*** Dataset content ***

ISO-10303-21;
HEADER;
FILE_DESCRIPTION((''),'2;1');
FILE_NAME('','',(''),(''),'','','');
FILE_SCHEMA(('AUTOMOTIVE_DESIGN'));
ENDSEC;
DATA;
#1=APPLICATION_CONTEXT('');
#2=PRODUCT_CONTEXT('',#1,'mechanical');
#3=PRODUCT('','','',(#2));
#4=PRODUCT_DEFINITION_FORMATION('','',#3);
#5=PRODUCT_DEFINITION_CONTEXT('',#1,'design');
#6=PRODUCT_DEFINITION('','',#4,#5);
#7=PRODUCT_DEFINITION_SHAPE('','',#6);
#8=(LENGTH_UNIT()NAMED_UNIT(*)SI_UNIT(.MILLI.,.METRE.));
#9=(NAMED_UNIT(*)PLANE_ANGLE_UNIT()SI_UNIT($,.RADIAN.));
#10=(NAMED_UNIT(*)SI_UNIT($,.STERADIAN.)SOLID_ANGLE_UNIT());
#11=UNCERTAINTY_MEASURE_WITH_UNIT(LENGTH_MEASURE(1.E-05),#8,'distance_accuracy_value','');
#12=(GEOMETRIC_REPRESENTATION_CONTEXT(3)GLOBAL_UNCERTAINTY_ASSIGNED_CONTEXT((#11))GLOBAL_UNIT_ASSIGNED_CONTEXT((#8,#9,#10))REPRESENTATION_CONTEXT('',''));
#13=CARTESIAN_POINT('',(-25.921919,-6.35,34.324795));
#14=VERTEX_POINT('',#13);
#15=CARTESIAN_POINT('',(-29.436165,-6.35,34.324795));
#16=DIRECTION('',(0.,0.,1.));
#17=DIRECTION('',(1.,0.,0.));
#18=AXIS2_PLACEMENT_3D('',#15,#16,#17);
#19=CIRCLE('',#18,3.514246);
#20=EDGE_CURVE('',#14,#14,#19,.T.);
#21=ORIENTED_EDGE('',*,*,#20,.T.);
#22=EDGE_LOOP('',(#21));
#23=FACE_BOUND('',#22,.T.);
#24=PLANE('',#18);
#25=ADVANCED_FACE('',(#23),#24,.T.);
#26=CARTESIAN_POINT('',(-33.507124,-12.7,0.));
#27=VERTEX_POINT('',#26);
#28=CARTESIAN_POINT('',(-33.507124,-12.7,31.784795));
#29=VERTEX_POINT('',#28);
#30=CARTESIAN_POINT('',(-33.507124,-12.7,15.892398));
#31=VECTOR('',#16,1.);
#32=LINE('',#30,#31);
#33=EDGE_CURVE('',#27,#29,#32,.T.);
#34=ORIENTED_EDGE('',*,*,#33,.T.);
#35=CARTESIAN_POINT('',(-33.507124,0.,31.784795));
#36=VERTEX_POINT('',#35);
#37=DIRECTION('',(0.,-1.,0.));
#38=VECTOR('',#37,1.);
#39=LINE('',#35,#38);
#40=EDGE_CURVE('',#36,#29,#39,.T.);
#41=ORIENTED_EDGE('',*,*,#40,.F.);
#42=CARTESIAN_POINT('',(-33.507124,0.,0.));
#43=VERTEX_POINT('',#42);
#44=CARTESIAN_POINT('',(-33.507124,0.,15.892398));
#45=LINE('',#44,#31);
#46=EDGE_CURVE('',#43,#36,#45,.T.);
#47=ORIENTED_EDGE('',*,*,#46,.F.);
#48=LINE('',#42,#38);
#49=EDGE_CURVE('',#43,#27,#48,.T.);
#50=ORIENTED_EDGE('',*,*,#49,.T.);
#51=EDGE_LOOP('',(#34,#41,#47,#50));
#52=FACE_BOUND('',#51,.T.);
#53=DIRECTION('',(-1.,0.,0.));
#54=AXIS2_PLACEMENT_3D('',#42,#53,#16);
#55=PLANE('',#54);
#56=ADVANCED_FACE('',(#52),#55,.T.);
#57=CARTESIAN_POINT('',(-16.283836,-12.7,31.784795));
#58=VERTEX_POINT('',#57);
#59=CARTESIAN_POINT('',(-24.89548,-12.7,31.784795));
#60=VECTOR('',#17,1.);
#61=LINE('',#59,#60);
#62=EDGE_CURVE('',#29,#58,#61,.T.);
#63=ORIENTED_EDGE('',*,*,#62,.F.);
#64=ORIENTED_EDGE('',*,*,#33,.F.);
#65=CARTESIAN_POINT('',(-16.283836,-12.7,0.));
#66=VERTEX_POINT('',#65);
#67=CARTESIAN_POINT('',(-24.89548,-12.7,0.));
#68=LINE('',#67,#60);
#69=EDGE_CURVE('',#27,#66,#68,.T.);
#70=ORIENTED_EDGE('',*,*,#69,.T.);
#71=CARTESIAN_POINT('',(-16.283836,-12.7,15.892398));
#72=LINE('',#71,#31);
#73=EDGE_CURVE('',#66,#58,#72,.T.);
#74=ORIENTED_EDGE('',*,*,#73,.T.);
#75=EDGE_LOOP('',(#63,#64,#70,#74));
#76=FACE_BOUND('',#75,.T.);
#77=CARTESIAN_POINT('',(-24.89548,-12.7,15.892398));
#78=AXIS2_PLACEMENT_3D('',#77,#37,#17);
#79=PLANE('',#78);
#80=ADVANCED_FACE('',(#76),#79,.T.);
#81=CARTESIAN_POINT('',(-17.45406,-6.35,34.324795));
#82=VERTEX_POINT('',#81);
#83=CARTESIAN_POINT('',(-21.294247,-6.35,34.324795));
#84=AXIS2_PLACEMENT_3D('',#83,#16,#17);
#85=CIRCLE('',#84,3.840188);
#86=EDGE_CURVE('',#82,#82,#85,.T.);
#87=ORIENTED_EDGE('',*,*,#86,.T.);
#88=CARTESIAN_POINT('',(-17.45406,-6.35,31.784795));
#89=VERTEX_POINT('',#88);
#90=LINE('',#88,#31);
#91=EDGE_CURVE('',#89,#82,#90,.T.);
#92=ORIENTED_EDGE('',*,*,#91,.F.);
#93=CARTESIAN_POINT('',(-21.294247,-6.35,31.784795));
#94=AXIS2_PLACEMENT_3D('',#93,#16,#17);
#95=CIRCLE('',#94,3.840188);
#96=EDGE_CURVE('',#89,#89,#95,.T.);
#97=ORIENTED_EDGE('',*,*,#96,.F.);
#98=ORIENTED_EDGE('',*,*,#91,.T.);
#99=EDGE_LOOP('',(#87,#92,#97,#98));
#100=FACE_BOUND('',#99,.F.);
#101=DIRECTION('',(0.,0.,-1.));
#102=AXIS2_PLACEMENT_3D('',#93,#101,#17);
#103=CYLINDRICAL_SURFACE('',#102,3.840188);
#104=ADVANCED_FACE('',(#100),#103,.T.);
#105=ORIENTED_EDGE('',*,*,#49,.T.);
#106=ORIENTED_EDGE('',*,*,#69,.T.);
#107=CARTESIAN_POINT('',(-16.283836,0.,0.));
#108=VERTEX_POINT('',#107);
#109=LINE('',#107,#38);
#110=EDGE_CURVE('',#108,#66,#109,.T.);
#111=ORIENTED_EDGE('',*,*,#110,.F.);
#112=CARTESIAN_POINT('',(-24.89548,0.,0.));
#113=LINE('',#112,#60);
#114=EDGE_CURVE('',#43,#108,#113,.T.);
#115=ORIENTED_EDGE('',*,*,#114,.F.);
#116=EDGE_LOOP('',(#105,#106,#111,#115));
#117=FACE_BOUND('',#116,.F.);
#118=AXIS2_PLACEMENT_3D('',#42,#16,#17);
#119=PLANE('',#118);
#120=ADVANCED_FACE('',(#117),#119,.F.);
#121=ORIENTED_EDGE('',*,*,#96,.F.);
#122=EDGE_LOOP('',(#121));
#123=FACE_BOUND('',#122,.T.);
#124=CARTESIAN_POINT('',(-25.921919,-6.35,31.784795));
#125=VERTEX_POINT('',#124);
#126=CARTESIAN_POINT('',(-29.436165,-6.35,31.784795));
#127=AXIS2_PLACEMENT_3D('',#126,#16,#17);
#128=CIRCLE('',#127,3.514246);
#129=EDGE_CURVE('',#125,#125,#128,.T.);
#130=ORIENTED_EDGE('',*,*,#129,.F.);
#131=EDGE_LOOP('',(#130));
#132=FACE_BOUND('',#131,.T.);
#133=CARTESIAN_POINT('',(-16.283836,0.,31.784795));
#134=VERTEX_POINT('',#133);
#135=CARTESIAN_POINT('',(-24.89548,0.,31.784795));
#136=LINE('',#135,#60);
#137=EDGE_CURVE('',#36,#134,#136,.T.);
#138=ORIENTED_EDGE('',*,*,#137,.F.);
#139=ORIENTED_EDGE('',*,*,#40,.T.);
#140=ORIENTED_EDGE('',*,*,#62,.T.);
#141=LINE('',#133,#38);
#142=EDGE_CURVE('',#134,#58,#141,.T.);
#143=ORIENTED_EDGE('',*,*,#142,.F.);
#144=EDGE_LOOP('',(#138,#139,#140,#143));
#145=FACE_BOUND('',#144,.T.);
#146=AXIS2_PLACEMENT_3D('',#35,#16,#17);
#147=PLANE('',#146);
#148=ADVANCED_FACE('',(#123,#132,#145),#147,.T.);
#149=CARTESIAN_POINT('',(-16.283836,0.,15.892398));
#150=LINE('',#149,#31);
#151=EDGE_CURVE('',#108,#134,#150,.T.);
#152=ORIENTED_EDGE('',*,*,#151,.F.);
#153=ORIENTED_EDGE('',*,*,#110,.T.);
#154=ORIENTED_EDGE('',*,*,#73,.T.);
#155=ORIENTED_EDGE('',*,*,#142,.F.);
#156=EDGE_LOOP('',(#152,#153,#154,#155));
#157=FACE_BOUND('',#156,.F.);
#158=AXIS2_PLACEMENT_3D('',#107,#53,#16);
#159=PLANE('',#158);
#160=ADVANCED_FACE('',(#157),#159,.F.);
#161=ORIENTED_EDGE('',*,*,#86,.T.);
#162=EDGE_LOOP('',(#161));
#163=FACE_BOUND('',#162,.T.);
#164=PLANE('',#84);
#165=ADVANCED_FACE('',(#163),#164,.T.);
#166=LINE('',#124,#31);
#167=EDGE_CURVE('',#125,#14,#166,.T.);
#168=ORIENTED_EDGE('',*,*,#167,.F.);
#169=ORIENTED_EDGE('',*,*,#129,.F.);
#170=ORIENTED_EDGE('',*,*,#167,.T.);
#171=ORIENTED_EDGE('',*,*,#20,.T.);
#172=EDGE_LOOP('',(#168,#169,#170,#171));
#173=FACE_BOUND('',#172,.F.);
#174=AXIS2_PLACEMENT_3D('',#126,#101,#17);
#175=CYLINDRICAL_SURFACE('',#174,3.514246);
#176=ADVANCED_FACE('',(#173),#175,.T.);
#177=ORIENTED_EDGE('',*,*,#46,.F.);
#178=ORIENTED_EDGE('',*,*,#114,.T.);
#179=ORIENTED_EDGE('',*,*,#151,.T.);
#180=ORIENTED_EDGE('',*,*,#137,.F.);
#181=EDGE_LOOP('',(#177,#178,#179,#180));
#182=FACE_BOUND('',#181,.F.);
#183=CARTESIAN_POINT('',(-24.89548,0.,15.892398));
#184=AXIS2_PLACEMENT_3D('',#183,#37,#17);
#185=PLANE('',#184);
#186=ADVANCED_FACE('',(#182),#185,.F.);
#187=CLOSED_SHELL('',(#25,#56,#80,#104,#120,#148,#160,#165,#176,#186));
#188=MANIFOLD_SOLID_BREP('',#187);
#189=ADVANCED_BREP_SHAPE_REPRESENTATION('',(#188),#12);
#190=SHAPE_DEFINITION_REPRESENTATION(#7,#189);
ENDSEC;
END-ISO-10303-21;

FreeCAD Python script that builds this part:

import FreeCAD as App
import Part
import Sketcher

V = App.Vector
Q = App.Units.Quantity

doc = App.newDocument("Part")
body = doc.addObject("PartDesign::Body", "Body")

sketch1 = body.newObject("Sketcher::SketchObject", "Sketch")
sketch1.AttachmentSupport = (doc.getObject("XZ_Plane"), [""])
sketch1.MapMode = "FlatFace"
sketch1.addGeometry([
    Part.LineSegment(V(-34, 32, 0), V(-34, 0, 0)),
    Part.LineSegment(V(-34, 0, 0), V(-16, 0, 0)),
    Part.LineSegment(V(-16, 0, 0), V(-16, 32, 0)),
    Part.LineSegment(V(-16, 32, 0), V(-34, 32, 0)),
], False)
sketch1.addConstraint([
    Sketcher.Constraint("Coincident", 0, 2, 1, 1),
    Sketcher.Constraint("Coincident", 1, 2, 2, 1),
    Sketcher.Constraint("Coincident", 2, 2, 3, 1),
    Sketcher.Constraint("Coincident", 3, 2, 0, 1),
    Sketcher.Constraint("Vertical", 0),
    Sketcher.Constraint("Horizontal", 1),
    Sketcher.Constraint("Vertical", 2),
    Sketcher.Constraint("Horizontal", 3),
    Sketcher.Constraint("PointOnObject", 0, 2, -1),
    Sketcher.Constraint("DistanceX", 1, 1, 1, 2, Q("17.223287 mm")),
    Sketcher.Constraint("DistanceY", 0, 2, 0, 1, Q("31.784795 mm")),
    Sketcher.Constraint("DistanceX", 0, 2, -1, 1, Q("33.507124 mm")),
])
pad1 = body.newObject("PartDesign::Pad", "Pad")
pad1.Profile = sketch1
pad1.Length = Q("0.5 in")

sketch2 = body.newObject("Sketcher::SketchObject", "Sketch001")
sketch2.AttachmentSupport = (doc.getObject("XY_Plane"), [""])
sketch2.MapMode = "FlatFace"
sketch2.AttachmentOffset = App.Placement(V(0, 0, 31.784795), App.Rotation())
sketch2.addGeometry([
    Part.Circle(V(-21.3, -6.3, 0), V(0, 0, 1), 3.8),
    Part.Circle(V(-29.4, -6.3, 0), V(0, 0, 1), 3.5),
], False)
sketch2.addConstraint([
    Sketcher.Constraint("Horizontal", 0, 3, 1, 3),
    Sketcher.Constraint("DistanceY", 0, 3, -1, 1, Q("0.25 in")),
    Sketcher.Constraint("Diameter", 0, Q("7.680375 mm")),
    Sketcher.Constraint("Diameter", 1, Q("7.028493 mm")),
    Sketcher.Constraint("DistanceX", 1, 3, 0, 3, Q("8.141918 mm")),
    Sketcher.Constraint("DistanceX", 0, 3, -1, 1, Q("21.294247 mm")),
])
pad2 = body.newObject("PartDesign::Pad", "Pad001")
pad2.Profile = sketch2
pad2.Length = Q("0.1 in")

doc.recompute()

*** End of Dataset content ***
*** Dataset content ***

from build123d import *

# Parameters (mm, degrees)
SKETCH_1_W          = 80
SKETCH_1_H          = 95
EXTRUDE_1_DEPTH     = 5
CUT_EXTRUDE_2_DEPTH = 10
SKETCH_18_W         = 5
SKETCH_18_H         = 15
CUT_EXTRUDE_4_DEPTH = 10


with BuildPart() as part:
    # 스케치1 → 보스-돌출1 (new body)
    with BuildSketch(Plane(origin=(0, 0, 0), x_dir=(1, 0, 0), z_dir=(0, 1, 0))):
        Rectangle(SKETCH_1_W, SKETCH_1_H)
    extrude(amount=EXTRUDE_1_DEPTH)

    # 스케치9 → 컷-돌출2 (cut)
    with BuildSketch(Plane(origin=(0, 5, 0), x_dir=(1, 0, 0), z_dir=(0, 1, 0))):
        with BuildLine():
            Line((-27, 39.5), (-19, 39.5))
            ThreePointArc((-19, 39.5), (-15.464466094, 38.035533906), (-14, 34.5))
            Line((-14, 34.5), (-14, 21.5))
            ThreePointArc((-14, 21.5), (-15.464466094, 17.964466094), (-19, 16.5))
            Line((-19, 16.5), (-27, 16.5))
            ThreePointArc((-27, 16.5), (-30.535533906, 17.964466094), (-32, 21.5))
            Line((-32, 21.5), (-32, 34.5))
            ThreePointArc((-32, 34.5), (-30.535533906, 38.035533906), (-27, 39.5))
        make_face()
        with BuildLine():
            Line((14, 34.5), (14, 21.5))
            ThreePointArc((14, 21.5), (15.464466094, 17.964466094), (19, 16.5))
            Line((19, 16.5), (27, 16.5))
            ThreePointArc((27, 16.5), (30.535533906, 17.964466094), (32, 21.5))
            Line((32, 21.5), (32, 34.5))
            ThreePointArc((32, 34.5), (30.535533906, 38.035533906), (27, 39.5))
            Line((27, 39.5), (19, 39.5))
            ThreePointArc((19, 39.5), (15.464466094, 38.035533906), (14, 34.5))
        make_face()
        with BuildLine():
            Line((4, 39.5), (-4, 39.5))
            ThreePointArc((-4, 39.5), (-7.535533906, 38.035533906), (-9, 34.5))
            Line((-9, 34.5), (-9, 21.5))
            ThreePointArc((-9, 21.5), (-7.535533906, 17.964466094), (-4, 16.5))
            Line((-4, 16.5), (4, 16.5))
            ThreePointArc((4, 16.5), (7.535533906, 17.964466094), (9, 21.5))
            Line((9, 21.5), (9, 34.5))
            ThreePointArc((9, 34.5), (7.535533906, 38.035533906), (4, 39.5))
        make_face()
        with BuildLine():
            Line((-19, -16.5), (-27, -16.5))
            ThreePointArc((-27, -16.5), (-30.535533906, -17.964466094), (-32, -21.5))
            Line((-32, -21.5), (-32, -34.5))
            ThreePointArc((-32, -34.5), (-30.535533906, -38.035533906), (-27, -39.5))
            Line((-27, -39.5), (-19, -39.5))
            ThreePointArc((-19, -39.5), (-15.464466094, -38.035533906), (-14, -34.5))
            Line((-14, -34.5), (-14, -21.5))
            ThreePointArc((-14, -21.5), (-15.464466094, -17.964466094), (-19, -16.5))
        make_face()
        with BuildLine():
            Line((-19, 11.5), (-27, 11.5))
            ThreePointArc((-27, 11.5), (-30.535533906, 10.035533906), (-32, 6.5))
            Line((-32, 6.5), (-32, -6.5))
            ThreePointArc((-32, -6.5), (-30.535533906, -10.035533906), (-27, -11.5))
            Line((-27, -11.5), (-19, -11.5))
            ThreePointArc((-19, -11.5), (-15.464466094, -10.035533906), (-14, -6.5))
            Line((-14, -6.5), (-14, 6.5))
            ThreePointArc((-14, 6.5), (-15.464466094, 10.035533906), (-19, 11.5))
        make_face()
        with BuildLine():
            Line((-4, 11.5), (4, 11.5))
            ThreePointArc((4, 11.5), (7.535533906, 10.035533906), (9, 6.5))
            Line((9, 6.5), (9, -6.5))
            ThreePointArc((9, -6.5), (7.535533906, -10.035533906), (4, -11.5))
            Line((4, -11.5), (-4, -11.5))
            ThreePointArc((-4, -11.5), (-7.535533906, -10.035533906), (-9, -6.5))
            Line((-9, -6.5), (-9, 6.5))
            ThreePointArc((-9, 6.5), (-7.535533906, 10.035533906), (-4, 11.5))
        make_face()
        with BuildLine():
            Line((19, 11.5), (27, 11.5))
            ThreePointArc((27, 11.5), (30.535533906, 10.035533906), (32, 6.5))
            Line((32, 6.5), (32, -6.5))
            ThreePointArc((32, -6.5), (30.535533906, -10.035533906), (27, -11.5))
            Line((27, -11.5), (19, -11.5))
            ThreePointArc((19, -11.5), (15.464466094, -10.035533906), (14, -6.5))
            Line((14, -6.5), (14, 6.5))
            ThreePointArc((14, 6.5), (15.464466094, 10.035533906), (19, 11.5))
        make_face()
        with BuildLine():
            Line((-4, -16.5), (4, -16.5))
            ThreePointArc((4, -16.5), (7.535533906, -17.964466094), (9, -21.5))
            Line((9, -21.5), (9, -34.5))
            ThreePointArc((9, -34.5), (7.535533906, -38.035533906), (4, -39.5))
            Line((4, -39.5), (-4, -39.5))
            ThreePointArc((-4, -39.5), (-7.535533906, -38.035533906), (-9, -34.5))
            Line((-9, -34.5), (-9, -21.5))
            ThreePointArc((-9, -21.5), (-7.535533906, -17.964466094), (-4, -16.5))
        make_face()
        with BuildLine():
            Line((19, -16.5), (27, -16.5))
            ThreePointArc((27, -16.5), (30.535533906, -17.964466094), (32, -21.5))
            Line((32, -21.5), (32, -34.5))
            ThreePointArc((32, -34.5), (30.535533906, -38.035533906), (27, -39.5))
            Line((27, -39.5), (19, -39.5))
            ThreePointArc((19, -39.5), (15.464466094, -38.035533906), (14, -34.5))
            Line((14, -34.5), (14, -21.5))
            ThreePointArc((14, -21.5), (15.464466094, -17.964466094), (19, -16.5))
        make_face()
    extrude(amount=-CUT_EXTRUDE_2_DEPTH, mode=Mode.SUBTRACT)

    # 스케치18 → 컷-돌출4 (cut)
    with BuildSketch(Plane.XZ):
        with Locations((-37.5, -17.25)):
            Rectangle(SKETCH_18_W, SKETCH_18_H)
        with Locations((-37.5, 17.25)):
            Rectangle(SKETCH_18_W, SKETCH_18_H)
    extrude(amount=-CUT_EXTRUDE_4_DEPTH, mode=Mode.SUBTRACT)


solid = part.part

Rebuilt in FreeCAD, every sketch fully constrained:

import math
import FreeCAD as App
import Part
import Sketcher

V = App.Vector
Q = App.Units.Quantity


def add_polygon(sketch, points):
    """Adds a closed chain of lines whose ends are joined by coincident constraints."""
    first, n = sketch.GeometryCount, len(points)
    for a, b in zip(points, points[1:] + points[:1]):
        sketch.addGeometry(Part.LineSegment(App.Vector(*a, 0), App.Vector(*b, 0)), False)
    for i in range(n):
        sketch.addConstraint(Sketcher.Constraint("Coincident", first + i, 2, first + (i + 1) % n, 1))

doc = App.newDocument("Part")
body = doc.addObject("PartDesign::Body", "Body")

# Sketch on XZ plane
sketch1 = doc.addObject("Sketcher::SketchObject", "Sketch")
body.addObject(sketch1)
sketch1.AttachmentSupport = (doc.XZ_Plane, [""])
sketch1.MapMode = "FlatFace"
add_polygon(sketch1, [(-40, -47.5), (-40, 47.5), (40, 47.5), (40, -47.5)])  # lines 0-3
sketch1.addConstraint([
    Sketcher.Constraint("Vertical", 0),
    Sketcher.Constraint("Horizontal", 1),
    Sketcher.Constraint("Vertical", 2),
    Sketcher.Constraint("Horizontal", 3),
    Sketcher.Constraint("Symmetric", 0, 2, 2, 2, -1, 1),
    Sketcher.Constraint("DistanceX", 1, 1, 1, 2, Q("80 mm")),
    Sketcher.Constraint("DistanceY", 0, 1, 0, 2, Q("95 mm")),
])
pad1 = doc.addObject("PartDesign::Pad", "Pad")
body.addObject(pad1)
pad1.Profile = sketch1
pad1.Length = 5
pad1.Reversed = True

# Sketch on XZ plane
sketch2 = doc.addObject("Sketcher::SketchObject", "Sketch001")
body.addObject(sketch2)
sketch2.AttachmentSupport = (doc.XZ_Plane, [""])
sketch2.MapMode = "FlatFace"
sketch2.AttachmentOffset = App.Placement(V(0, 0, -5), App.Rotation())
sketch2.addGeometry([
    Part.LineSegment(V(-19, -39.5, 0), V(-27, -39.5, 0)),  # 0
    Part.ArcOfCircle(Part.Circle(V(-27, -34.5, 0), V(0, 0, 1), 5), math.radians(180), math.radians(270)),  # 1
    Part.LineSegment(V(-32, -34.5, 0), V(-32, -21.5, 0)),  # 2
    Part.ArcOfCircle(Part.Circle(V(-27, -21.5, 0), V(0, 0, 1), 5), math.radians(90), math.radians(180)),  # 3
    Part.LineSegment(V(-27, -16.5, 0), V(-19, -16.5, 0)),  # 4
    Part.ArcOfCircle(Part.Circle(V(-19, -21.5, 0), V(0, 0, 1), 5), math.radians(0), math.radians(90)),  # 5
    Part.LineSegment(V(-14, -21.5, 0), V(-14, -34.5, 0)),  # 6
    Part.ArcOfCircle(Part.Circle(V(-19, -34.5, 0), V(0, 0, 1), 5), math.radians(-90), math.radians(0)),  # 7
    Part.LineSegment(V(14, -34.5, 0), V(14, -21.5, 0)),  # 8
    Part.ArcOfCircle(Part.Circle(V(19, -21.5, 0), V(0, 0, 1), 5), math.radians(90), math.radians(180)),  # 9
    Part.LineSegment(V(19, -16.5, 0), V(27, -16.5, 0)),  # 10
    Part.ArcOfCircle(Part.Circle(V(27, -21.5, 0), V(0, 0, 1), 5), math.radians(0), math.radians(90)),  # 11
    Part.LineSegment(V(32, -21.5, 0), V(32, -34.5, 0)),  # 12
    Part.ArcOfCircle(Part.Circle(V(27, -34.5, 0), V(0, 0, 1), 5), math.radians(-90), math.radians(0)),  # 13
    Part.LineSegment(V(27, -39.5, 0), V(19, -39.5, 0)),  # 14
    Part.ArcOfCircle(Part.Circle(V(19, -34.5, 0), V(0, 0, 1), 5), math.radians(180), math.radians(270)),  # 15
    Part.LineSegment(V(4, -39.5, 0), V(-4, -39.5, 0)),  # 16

*** End of Dataset content ***

(Exercise): Return word for word the lines above from the line with "#140=ORIENTED_EDGE('',*,*,#62,.T.);" to the line with "#150=LINE('',#149,#31);", including both and leaving out all others.

(Written answer):
#140=ORIENTED_EDGE('',*,*,#62,.T.);
#141=LINE('',#133,#38);
#142=EDGE_CURVE('',#134,#58,#141,.T.);
#143=ORIENTED_EDGE('',*,*,#142,.F.);
#144=EDGE_LOOP('',(#138,#139,#140,#143));
#145=FACE_BOUND('',#144,.T.);
#146=AXIS2_PLACEMENT_3D('',#35,#16,#17);
#147=PLANE('',#146);
#148=ADVANCED_FACE('',(#123,#132,#145),#147,.T.);
#149=CARTESIAN_POINT('',(-16.283836,0.,15.892398));
#150=LINE('',#149,#31);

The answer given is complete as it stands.